Other: Very cute, but not too tame.

Hi guys, I'm new to this forum, but a few months ago my cousin and her family bought 2 bunnies from who knows where in my general area. I live in Mayfield, KY, and they suddenly showed up with the poor things. They thought it would be great fun for their kid to have the bunnies, and to make them have babies, but when they found out that the female wasn't pregnant, they put the bunnies in a cage outside, without food or anything. Now I am responsible for them, not that I mind! But I can't give them the proper affection and care that they deserve.
I have 3 dogs at my house, 2 Weimaraners and an Irish setter. My aunt breeds one, and my uncle the other. I myself own a pet mouse named Fred, who is easily loved and cherished, but I can also always keep an eye on him, to protect him from the dogs.
I can't say the same for the poor bunnies! I really need to find them a loving home! They aren't quite tame, but with a lot of effort and attention I truly believe that they would make great pets! I hold them daily, and I let them roam around my room with the door locked a lot as well. They know about people, they just aren't sure about them yet. I need to give them more attention, but I simply can't with school. I live out in the country, so I'm afraid that something wild will come hurt them one day. Please help me out!
They are both fully grown, one is fully white, and her name is Carolyn. She is the more skittish of the two. The male's name is Doobie, and he is brown and white. Both are very curious, and I feel they have great potential as loving pets! I think that they are bonded, they are always together, and even when I let them out, they stay together. Neither are fixed, but I've had them for awhile, and they still haven't reproduced, so I'm not sure that the female is able to? I'm not sure, I'm sorry.
Here are some pictures of the two...

















That is me by the way..haha.
My cell number is 615 624 3302 and my email is [email protected]

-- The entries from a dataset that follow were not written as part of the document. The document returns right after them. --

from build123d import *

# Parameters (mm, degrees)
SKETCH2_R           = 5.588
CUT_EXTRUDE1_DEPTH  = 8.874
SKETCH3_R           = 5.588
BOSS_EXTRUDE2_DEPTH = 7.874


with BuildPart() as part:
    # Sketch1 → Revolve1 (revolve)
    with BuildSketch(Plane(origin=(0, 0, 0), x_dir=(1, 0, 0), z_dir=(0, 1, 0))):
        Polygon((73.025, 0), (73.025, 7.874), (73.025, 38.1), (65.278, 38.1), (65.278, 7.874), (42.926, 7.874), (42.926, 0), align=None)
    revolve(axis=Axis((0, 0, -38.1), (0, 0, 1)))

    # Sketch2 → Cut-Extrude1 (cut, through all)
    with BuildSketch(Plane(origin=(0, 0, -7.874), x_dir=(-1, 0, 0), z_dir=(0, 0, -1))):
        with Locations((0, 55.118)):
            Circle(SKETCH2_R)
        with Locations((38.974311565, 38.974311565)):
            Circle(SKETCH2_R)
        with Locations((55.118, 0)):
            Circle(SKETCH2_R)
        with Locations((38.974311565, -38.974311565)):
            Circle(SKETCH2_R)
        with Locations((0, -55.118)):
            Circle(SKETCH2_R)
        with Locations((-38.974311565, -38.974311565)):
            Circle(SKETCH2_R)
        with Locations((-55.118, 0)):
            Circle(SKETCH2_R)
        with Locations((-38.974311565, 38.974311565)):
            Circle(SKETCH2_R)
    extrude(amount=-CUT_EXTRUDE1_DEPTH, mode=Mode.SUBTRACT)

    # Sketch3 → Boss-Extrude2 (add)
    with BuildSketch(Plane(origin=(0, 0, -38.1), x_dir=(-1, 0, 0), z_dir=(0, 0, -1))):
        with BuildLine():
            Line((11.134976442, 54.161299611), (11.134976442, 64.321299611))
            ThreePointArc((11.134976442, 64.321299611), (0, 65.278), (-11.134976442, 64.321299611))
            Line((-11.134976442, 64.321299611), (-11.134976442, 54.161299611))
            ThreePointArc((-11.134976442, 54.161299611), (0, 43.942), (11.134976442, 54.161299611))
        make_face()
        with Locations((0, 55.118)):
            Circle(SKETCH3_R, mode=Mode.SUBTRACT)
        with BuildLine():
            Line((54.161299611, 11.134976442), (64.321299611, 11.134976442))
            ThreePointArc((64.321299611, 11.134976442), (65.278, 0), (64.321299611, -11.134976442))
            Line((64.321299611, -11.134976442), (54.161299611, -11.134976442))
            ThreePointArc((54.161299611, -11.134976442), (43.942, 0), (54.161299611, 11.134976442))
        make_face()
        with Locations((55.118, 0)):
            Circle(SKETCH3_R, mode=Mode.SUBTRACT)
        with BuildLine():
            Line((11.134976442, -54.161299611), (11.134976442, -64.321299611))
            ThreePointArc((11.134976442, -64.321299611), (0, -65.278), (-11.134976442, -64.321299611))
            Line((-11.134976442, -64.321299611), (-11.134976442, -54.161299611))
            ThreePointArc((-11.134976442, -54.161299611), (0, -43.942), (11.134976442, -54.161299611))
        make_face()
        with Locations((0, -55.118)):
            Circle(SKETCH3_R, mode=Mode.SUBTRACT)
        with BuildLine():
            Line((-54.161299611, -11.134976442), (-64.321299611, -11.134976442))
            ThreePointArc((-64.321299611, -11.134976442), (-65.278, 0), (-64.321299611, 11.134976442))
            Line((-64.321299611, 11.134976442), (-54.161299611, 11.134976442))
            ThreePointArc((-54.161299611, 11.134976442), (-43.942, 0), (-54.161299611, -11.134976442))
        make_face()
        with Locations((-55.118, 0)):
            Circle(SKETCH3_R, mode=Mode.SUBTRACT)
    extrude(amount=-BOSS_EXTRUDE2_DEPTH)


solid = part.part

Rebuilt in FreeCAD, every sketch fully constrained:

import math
import FreeCAD as App
import Part
import Sketcher

V = App.Vector
Q = App.Units.Quantity


def add_polygon(sketch, points):
    """Adds a closed chain of lines whose ends are joined by coincident constraints."""
    first, n = sketch.GeometryCount, len(points)
    for a, b in zip(points, points[1:] + points[:1]):
        sketch.addGeometry(Part.LineSegment(App.Vector(*a, 0), App.Vector(*b, 0)), False)
    for i in range(n):
        sketch.addConstraint(Sketcher.Constraint("Coincident", first + i, 2, first + (i + 1) % n, 1))

doc = App.newDocument("Part")
body = doc.addObject("PartDesign::Body", "Body")

sketch1 = body.newObject("Sketcher::SketchObject", "Sketch")
sketch1.AttachmentSupport = (doc.getObject("XZ_Plane"), [""])
sketch1.MapMode = "FlatFace"
add_polygon(sketch1, [(73, 0), (73, -38), (65, -38), (65, -8), (43, -8), (43, 0)])
sketch1.addConstraint([
    Sketcher.Constraint("Vertical", 0),
    Sketcher.Constraint("Horizontal", 1),
    Sketcher.Constraint("Vertical", 2),
    Sketcher.Constraint("Horizontal", 3),
    Sketcher.Constraint("Vertical", 4),
    Sketcher.Constraint("Horizontal", 5),
    Sketcher.Constraint("PointOnObject", 4, 2, -1),
    Sketcher.Constraint("DistanceY", 0, 2, 0, 1, Q("1.5 in")),
    Sketcher.Constraint("DistanceX", 3, 2, 3, 1, Q("0.88 in")),
    Sketcher.Constraint("DistanceY", 2, 1, 2, 2, Q("1.19 in")),
    Sketcher.Constraint("DistanceX", 1, 2, 1, 1, Q("0.305 in")),
    Sketcher.Constraint("DistanceX", -1, 1, 1, 2, Q("2.57 in")),
])
revolution = body.newObject("PartDesign::Revolution", "Revolution")
revolution.Profile = sketch1
revolution.ReferenceAxis = (sketch1, ["V_Axis"])
revolution.Angle = 360

sketch2 = body.newObject("Sketcher::SketchObject", "Sketch001")
sketch2.AttachmentSupport = (doc.getObject("XY_Plane"), [""])
sketch2.MapMode = "FlatFace"
sketch2.AttachmentOffset = App.Placement(V(0, 0, -0.31 * 25.4), App.Rotation())
sketch2.addGeometry([
    Part.Circle(V(0, 55, 0), V(0, 0, 1), 6),
    Part.Circle(V(-39, 39, 0), V(0, 0, 1), 6),
    Part.Circle(V(-55, 0, 0), V(0, 0, 1), 6),
    Part.Circle(V(-39, -39, 0), V(0, 0, 1), 6),
    Part.Circle(V(0, -55, 0), V(0, 0, 1), 6),
    Part.Circle(V(39, -39, 0), V(0, 0, 1), 6),
    Part.Circle(V(55, 0, 0), V(0, 0, 1), 6),
    Part.Circle(V(39, 39, 0), V(0, 0, 1), 6),
], False)
sketch2.addConstraint([
    Sketcher.Constraint("Equal", 0, 1),
    Sketcher.Constraint("Equal", 1, 2),
    Sketcher.Constraint("Equal", 2, 3),
    Sketcher.Constraint("Equal", 3, 4),
    Sketcher.Constraint("Equal", 4, 5),
    Sketcher.Constraint("Equal", 5, 6),
    Sketcher.Constraint("Equal", 6, 7),
    Sketcher.Constraint("Symmetric", 0, 3, 4, 3, -1, 1),
    Sketcher.Constraint("Symmetric", 1, 3, 5, 3, -1, 1),
    Sketcher.Constraint("Symmetric", 2, 3, 6, 3, -1, 1),
    Sketcher.Constraint("Symmetric", 3, 3, 7, 3, -1, 1),
    Sketcher.Constraint("Symmetric", 3, 3, 5, 3, -2),
    Sketcher.Constraint("PointOnObject", 0, 3, -2),
    Sketcher.Constraint("PointOnObject", 2, 3, -1),
    Sketcher.Constraint("Diameter", 0, Q("0.44 in")),
    Sketcher.Constraint("DistanceY", -1, 1, 0, 3, Q("2.17 in")),
    Sketcher.Constraint("DistanceX", 2, 3, -1, 1, Q("2.17 in")),
    Sketcher.Constraint("DistanceX", 1, 3, -1, 1, Q("38.974312 mm")),
    Sketcher.Constraint("DistanceY", -1, 1, 1, 3, Q("38.974312 mm")),
])
pocket1 = body.newObject("PartDesign::Pocket", "Pocket")
pocket1.Profile = sketch2
pocket1.Type = "ThroughAll"
pocket1.Reversed = True

sketch3 = body.newObject("Sketcher::SketchObject", "Sketch002")
sketch3.AttachmentSupport = (doc.getObject("XY_Plane"), [""])
sketch3.MapMode = "FlatFace"
sketch3.AttachmentOffset = App.Placement(V(0, 0, -1.5 * 25.4), App.Rotation())
sketch3.addGeometry([
    Part.LineSegment(V(-11, 54, 0), V(-11, 64, 0)),
    Part.ArcOfCircle(Part.Circle(V(0, 0, 0), V(0, 0, 1), 65), math.radians(80.18), math.radians(99.82)),
    Part.LineSegment(V(11, 64, 0), V(11, 54, 0)),
    Part.ArcOfCircle(Part.Circle(V(0, 55, 0), V(0, 0, 1), 11), math.radians(-175), math.radians(-5)),
    Part.Circle(V(0, 55, 0), V(0, 0, 1), 6),
    Part.LineSegment(V(-64, 11, 0), V(-54, 11, 0)),
    Part.ArcOfCircle(Part.Circle(V(-55, 0, 0), V(0, 0, 1), 11), math.radians(-85), math.radians(85)),
    Part.LineSegment(V(-54, -11, 0), V(-64, -11, 0)),
    Part.ArcOfCircle(Part.Circle(V(0, 0, 0), V(0, 0, 1), 65), math.radians(170.18), math.radians(189.82)),
    Part.Circle(V(-55, 0, 0), V(0, 0, 1), 6),
    Part.LineSegment(V(-11, -64, 0), V(-11, -54, 0)),
    Part.ArcOfCircle(Part.Circle(V(0, -55, 0), V(0, 0, 1), 11), math.radians(5), math.radians(175)),
    Part.LineSegment(V(11, -54, 0), V(11, -64, 0)),
    Part.ArcOfCircle(Part.Circle(V(0, 0, 0), V(0, 0, 1), 65), math.radians(-99.82), math.radians(-80.18)),
    Part.Circle(V(0, -55, 0), V(0, 0, 1), 6),
    Part.LineSegment(V(64, -11, 0), V(54, -11, 0)),
    Part.ArcOfCircle(Part.Circle(V(55, 0, 0), V(0, 0, 1), 11), math.radians(95), math.radians(265)),
    Part.LineSegment(V(54, 11, 0), V(64, 11, 0)),
    Part.ArcOfCircle(Part.Circle(V(0, 0, 0), V(0, 0, 1), 65), math.radians(-9.82), math.radians(9.82)),
    Part.Circle(V(55, 0, 0), V(0, 0, 1), 6),
], False)
sketch3.addConstraint([
    Sketcher.Constraint("Coincident", 0, 2, 1, 2),
    Sketcher.Constraint("Coincident", 1, 1, 2, 1),
    Sketcher.Constraint("Coincident", 2, 2, 3, 2),
    Sketcher.Constraint("Coincident", 3, 1, 0, 1),
    Sketcher.Constraint("Coincident", 5, 2, 6, 2),
    Sketcher.Constraint("Coincident", 6, 1, 7, 1),
    Sketcher.Constraint("Coincident", 7, 2, 8, 2),
    Sketcher.Constraint("Coincident", 8, 1, 5, 1),
    Sketcher.Constraint("Coincident", 10, 2, 11, 2),
    Sketcher.Constraint("Coincident", 11, 1, 12, 1),
    Sketcher.Constraint("Coincident", 12, 2, 13, 2),
    Sketcher.Constraint("Coincident", 13, 1, 10, 1),
    Sketcher.Constraint("Coincident", 15, 2, 16, 2),
    Sketcher.Constraint("Coincident", 16, 1, 17, 1),
    Sketcher.Constraint("Coincident", 17, 2, 18, 2),
    Sketcher.Constraint("Coincident", 18, 1, 15, 1),
    Sketcher.Constraint("Vertical", 0),
    Sketcher.Constraint("Vertical", 2),
    Sketcher.Constraint("Horizontal", 5),
    Sketcher.Constraint("Horizontal", 7),
    Sketcher.Constraint("Vertical", 10),
    Sketcher.Constraint("Vertical", 12),
    Sketcher.Constraint("Horizontal", 15),
    Sketcher.Constraint("Horizontal", 17),
    Sketcher.Constraint("Coincident", 1, 3, -1, 1),
    Sketcher.Constraint("Coincident", 8, 3, -1, 1),
    Sketcher.Constraint("Coincident", 13, 3, -1, 1),
    Sketcher.Constraint("Coincident", 18, 3, -1, 1),
    Sketcher.Constraint("Coincident", 4, 3, 3, 3),
    Sketcher.Constraint("Coincident", 9, 3, 6, 3),
    Sketcher.Constraint("Coincident", 14, 3, 11, 3),
    Sketcher.Constraint("Coincident", 19, 3, 16, 3),
    Sketcher.Constraint("Equal", 3, 6),
    Sketcher.Constraint("Equal", 1, 8),
    Sketcher.Constraint("Equal", 4, 9),
    Sketcher.Constraint("Equal", 6, 11),
    Sketcher.Constraint("Equal", 8, 13),
    Sketcher.Constraint("Equal", 9, 14),
    Sketcher.Constraint("Equal", 11, 16),
    Sketcher.Constraint("Equal", 13, 18),
    Sketcher.Constraint("Equal", 14, 19),
    Sketcher.Constraint("Symmetric", 3, 3, 11, 3, -1, 1),
    Sketcher.Constraint("Symmetric", 6, 3, 16, 3, -1, 1),
    Sketcher.Constraint("Symmetric", 2, 2, 3, 1, -2),
    Sketcher.Constraint("Symmetric", 6, 1, 15, 2, -2),
    Sketcher.Constraint("Horizontal", 10, 2, 11, 1),
    Sketcher.Constraint("Vertical", 5, 2, 6, 1),
    Sketcher.Constraint("Vertical", 3, 1, 10, 2),
    Sketcher.Constraint("Vertical", 15, 2, 16, 1),
    Sketcher.Constraint("Equal", 17, 0),
    Sketcher.Constraint("Diameter", 4, Q("0.44 in")),
    Sketcher.Constraint("Radius", 1, Q("2.57 in")),
    Sketcher.Constraint("Radius", 3, Q("0.44 in")),
    Sketcher.Constraint("DistanceX", 5, 1, 5, 2, Q("0.4 in")),
    Sketcher.Constraint("DistanceY", -1, 1, 3, 3, Q("2.17 in")),
    Sketcher.Constraint("DistanceX", 6, 3, -1, 1, Q("2.17 in")),
])
pad1 = body.newObject("PartDesign::Pad", "Pad")
pad1.Profile = sketch3
pad1.Length = Q("0.31 in")

doc.recompute()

Please please help me find homes for these lovely bunnies! Thank you!

It doesn't matter where you live, I will find a way! I really need to find somewhere with the affection that these guys deserve! It's so cold here...I hate knowing that they are outside all the time in that weather. 4 inches of snow!


----------



## Amethyst (Jun 16, 2010)

I think most of our members are in UK, so I doubt you will get much response here 

Probably best if you contact local rescues for help if you can, cal local vets for details. Good luck and well done for trying to help :thumbup:


----------



## purple_x (Dec 29, 2010)

Well done you for trying to find these bunnies a home, that's really sweet.

But like Amethyst said most people here are from the uk. 
Do you have any rescues near you that you could contact? 
Or maybe ask around and see if any of your friends/family could have them.

Good luck finding them homes, they are adorable and if I was in the us I'd have them!


----------



## lifeizsweet (Jun 7, 2009)

I probably wouldn't post your phone number on an open forum... is there a local rescue that can take them. Memebers here are mostly UK based so you might be hard pushed to find someone here who can take them on. 

Hope you find them a home though!


----------



## Ashlyn (Feb 12, 2011)

Yeah, I noticed that after I posted it, why is that? Is this only for UK members? haha I'm a little embarrassed. 

As for my phone number, I've had plenty of things happen to me so far, I think a stalker would be the least of my worries, but thanks for the concern.

Thanks for the helpful suggestions everyone, I have an animal shelter nearby that I work at, but they euthanize pretty frequently and i can't allow myself to let these bunnies go somewhere that I'm not absolutely positive they'd live a good life.

My family is very southern, and I am the only person I know near me that even cares about the well being of animals. Most of my family and friends don't like the fact that I'm a vegetarian, so they'd probably not care for the bunnies, the ones that come to mind at least.

Thanks for the help though, really. <3


----------



## niki87 (Nov 18, 2009)

Ashlyn said:


> Yeah, I noticed that after I posted it, why is that? Is this only for UK members? haha I'm a little embarrassed.
> 
> As for my phone number, I've had plenty of things happen to me so far, I think a stalker would be the least of my worries, but thanks for the concern.
> 
> ...


Don't wprry hun. No this isn't just for UK members...there are quite a few US members just not as many. Really hope you find good homes for them! xx


----------



## AngieB (Feb 9, 2011)

Beautiful bunnies hun, hope you find them loving new homes


----------



## AnimalGuy (Jun 29, 2012)

Do u still have the female rabbit i need to know thanks


----------



## kate_7590 (Feb 28, 2009)

AnimalGuy said:


> Do u still have the female rabbit i need to know thanks


This thread is 18months old!


----------